─── Records supplied

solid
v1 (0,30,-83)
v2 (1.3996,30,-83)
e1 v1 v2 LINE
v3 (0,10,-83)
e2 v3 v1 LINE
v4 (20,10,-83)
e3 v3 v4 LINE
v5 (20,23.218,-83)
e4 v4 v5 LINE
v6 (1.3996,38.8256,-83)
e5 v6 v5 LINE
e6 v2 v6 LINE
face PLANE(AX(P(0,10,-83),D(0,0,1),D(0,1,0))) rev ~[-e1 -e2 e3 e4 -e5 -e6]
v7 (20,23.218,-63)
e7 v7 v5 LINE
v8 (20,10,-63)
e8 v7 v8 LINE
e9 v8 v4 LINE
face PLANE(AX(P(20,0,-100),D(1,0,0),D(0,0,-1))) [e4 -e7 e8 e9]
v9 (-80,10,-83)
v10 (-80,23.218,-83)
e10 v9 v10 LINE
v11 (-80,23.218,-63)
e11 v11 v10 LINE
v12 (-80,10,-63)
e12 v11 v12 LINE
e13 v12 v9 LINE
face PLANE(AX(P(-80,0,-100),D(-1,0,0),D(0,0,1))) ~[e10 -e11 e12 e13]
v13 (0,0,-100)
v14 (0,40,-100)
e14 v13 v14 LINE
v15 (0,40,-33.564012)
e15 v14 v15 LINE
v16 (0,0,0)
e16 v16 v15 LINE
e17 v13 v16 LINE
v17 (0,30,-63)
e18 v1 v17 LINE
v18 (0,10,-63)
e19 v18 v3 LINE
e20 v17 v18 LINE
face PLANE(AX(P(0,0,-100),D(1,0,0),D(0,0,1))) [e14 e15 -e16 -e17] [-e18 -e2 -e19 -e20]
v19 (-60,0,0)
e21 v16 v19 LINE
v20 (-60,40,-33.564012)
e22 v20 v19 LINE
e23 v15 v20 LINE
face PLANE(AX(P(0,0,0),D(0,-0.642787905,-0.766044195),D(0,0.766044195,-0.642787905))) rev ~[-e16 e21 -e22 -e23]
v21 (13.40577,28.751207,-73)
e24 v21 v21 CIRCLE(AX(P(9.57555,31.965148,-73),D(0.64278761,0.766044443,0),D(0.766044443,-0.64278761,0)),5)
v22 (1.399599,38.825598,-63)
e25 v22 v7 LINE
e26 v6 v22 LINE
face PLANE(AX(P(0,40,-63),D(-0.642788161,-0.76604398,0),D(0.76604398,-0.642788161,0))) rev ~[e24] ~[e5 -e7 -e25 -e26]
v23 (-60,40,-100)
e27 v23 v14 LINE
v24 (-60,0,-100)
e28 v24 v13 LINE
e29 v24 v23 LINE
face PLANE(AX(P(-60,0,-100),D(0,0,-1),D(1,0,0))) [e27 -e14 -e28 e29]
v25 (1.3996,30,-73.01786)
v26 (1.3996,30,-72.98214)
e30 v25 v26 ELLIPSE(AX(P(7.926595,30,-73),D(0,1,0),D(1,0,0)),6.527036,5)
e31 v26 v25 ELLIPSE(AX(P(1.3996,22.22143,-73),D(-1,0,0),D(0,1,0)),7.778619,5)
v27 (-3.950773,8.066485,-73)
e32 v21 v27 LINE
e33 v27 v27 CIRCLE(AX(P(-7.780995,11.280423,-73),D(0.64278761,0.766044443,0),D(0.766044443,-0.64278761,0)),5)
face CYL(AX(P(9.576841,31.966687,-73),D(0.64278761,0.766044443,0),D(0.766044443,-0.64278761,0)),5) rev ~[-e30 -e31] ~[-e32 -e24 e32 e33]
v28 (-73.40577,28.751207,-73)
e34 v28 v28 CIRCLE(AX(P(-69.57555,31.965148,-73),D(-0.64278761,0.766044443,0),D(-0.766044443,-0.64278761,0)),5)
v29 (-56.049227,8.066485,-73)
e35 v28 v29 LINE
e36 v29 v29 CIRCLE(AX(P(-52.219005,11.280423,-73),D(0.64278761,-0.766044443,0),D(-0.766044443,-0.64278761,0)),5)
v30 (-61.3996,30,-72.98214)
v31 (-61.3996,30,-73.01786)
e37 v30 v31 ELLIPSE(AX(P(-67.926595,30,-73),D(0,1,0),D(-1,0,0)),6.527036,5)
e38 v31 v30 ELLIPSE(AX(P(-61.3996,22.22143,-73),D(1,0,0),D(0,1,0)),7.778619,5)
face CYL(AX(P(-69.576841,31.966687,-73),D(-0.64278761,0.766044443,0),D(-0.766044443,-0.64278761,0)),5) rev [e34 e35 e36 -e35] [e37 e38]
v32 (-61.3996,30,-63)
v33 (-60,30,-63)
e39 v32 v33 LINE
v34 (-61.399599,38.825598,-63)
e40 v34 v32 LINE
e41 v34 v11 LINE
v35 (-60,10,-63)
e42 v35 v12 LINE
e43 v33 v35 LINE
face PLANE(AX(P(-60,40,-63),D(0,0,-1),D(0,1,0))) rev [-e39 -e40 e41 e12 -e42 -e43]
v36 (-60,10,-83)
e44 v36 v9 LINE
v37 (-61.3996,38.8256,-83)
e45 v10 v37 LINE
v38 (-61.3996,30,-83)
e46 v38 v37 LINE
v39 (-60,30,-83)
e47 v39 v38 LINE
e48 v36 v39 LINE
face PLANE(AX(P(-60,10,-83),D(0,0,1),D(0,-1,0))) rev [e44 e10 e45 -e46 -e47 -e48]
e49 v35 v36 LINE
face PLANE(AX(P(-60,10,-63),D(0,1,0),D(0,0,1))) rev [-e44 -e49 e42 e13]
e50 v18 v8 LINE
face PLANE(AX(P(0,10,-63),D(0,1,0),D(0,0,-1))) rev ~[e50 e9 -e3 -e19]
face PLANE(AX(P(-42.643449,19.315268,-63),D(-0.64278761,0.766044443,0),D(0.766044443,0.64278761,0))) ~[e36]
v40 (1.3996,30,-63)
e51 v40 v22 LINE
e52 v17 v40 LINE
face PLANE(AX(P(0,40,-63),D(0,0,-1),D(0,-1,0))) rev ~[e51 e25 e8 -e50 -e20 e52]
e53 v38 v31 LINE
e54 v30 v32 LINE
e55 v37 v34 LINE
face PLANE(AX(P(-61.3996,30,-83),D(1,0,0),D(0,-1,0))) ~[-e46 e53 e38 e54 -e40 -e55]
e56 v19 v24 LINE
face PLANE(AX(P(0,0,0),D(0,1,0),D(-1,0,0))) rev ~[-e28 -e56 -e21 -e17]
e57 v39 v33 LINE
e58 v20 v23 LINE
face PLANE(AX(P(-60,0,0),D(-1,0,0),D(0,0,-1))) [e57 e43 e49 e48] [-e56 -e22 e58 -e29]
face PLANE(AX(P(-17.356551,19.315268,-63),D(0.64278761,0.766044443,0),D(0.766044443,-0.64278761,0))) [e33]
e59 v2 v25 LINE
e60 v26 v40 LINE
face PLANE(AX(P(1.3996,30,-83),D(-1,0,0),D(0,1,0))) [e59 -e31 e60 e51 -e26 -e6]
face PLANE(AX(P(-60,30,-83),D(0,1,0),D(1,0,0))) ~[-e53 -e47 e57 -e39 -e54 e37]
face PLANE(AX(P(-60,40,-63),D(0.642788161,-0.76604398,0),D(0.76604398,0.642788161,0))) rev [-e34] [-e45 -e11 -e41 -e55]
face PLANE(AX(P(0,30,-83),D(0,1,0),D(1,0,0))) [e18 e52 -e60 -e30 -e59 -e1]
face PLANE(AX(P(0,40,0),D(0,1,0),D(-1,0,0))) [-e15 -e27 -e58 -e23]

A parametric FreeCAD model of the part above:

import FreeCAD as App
import Part
import Sketcher

V = App.Vector
Q = App.Units.Quantity

doc = App.newDocument("Part")
params = doc.addObject("Spreadsheet::Sheet", "Params")
for row, (alias, value) in enumerate([
    ("sketch1_height", "3.937 in"),
    ("pad1_length", "1.5748031 in"),
    ("pocket1_length", "2.7559055 in"),
    ("pad2_length", "0.7874016 in"),
    ("pocket2_length", "2.4311024 in"),
    ("pocket3_length", "1.0629921 in"),
    ("pocket4_length", "1.5059055 in"),
], start=1):
    params.set(f"A{row}", alias)
    params.set(f"B{row}", "=" + value)
    params.setAlias(f"B{row}", alias)

body = doc.addObject("PartDesign::Body", "Body")

# Sketch on XZ plane
sketch1 = body.newObject("Sketcher::SketchObject", "Sketch")
sketch1.AttachmentSupport = (doc.getObject("XZ_Plane"), [""])
sketch1.MapMode = "FlatFace"
sketch1.addGeometry(Part.LineSegment(V(-60, 0, 0), V(0, 0, 0)), False)
sketch1.addGeometry(Part.LineSegment(V(0, 0, 0), V(0, -100, 0)), False)
sketch1.addGeometry(Part.LineSegment(V(0, -100, 0), V(-60, -100, 0)), False)
sketch1.addGeometry(Part.LineSegment(V(-60, -100, 0), V(-60, 0, 0)), False)
sketch1.addConstraint(Sketcher.Constraint("Coincident", 0, 2, 1, 1))
sketch1.addConstraint(Sketcher.Constraint("Coincident", 1, 2, 2, 1))
sketch1.addConstraint(Sketcher.Constraint("Coincident", 2, 2, 3, 1))
sketch1.addConstraint(Sketcher.Constraint("Coincident", 3, 2, 0, 1))
sketch1.addConstraint(Sketcher.Constraint("Horizontal", 0))
sketch1.addConstraint(Sketcher.Constraint("Vertical", 1))
sketch1.addConstraint(Sketcher.Constraint("Horizontal", 2))
sketch1.addConstraint(Sketcher.Constraint("Vertical", 3))
sketch1.addConstraint(Sketcher.Constraint("Coincident", 0, 2, -1, 1))
sketch1.addConstraint(Sketcher.Constraint("DistanceY", 1, 2, 1, 1, Q("3.937 in")))
sketch1.addConstraint(Sketcher.Constraint("DistanceX", 0, 1, 0, 2, Q("2.3622 in")))
sketch1.setExpression("Constraints[9]", "Params.sketch1_height")
pad1 = body.newObject("PartDesign::Pad", "Pad")
pad1.Profile = sketch1
pad1.setExpression("Length", "Params.pad1_length")
pad1.Reversed = True

# Sketch on YZ plane
sketch2 = body.newObject("Sketcher::SketchObject", "Sketch001")
sketch2.AttachmentSupport = (doc.getObject("YZ_Plane"), [""])
sketch2.MapMode = "FlatFace"
sketch2.addGeometry(Part.LineSegment(V(40, 0, 0), V(0, 0, 0)), False)
sketch2.addGeometry(Part.LineSegment(V(0, 0, 0), V(40, -34, 0)), False)
sketch2.addGeometry(Part.LineSegment(V(40, -34, 0), V(40, 0, 0)), False)
sketch2.addConstraint(Sketcher.Constraint("Coincident", 0, 2, 1, 1))
sketch2.addConstraint(Sketcher.Constraint("Coincident", 1, 2, 2, 1))
sketch2.addConstraint(Sketcher.Constraint("Coincident", 2, 2, 0, 1))
sketch2.addConstraint(Sketcher.Constraint("Horizontal", 0))
sketch2.addConstraint(Sketcher.Constraint("Vertical", 2))
sketch2.addConstraint(Sketcher.Constraint("Coincident", 0, 2, -1, 1))
sketch2.addConstraint(Sketcher.Constraint("Angle", 1, Q("-40 deg")))
sketch2.addConstraint(Sketcher.Constraint("DistanceX", 0, 2, 0, 1, Q("1.5748 in")))
pocket1 = body.newObject("PartDesign::Pocket", "Pocket")
pocket1.Profile = sketch2
pocket1.setExpression("Length", "Params.pocket1_length")

# Sketch on YZ plane
sketch3 = body.newObject("Sketcher::SketchObject", "Sketch002")
sketch3.AttachmentSupport = (doc.getObject("YZ_Plane"), [""])
sketch3.MapMode = "FlatFace"
sketch3.addGeometry(Part.LineSegment(V(10, -83, 0), V(40, -83, 0)), False)
sketch3.addGeometry(Part.LineSegment(V(40, -83, 0), V(40, -63, 0)), False)
sketch3.addGeometry(Part.LineSegment(V(40, -63, 0), V(10, -63, 0)), False)
sketch3.addGeometry(Part.LineSegment(V(10, -63, 0), V(10, -83, 0)), False)
sketch3.addConstraint(Sketcher.Constraint("Coincident", 0, 2, 1, 1))
sketch3.addConstraint(Sketcher.Constraint("Coincident", 1, 2, 2, 1))
sketch3.addConstraint(Sketcher.Constraint("Coincident", 2, 2, 3, 1))
sketch3.addConstraint(Sketcher.Constraint("Coincident", 3, 2, 0, 1))
sketch3.addConstraint(Sketcher.Constraint("Horizontal", 0))
sketch3.addConstraint(Sketcher.Constraint("Vertical", 1))
sketch3.addConstraint(Sketcher.Constraint("Horizontal", 2))
sketch3.addConstraint(Sketcher.Constraint("Vertical", 3))
sketch3.addConstraint(Sketcher.Constraint("DistanceX", 0, 1, 0, 2, Q("1.1811 in")))
sketch3.addConstraint(Sketcher.Constraint("DistanceY", 1, 1, 1, 2, Q("0.7874 in")))
sketch3.addConstraint(Sketcher.Constraint("DistanceX", -1, 1, 0, 2, Q("1.5748 in")))
sketch3.addConstraint(Sketcher.Constraint("DistanceY", 0, 2, -1, 1, 83.0))
pad2 = body.newObject("PartDesign::Pad", "Pad001")
pad2.Profile = sketch3
pad2.setExpression("Length", "Params.pad2_length")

──────

Assigned task: Please copy, without any change, the lines of the material from the first through the one containing "e7 v7 v5 LINE". Write nothing else.

Output of the exercise:
solid
v1 (0,30,-83)
v2 (1.3996,30,-83)
e1 v1 v2 LINE
v3 (0,10,-83)
e2 v3 v1 LINE
v4 (20,10,-83)
e3 v3 v4 LINE
v5 (20,23.218,-83)
e4 v4 v5 LINE
v6 (1.3996,38.8256,-83)
e5 v6 v5 LINE
e6 v2 v6 LINE
face PLANE(AX(P(0,10,-83),D(0,0,1),D(0,1,0))) rev ~[-e1 -e2 e3 e4 -e5 -e6]
v7 (20,23.218,-63)
e7 v7 v5 LINE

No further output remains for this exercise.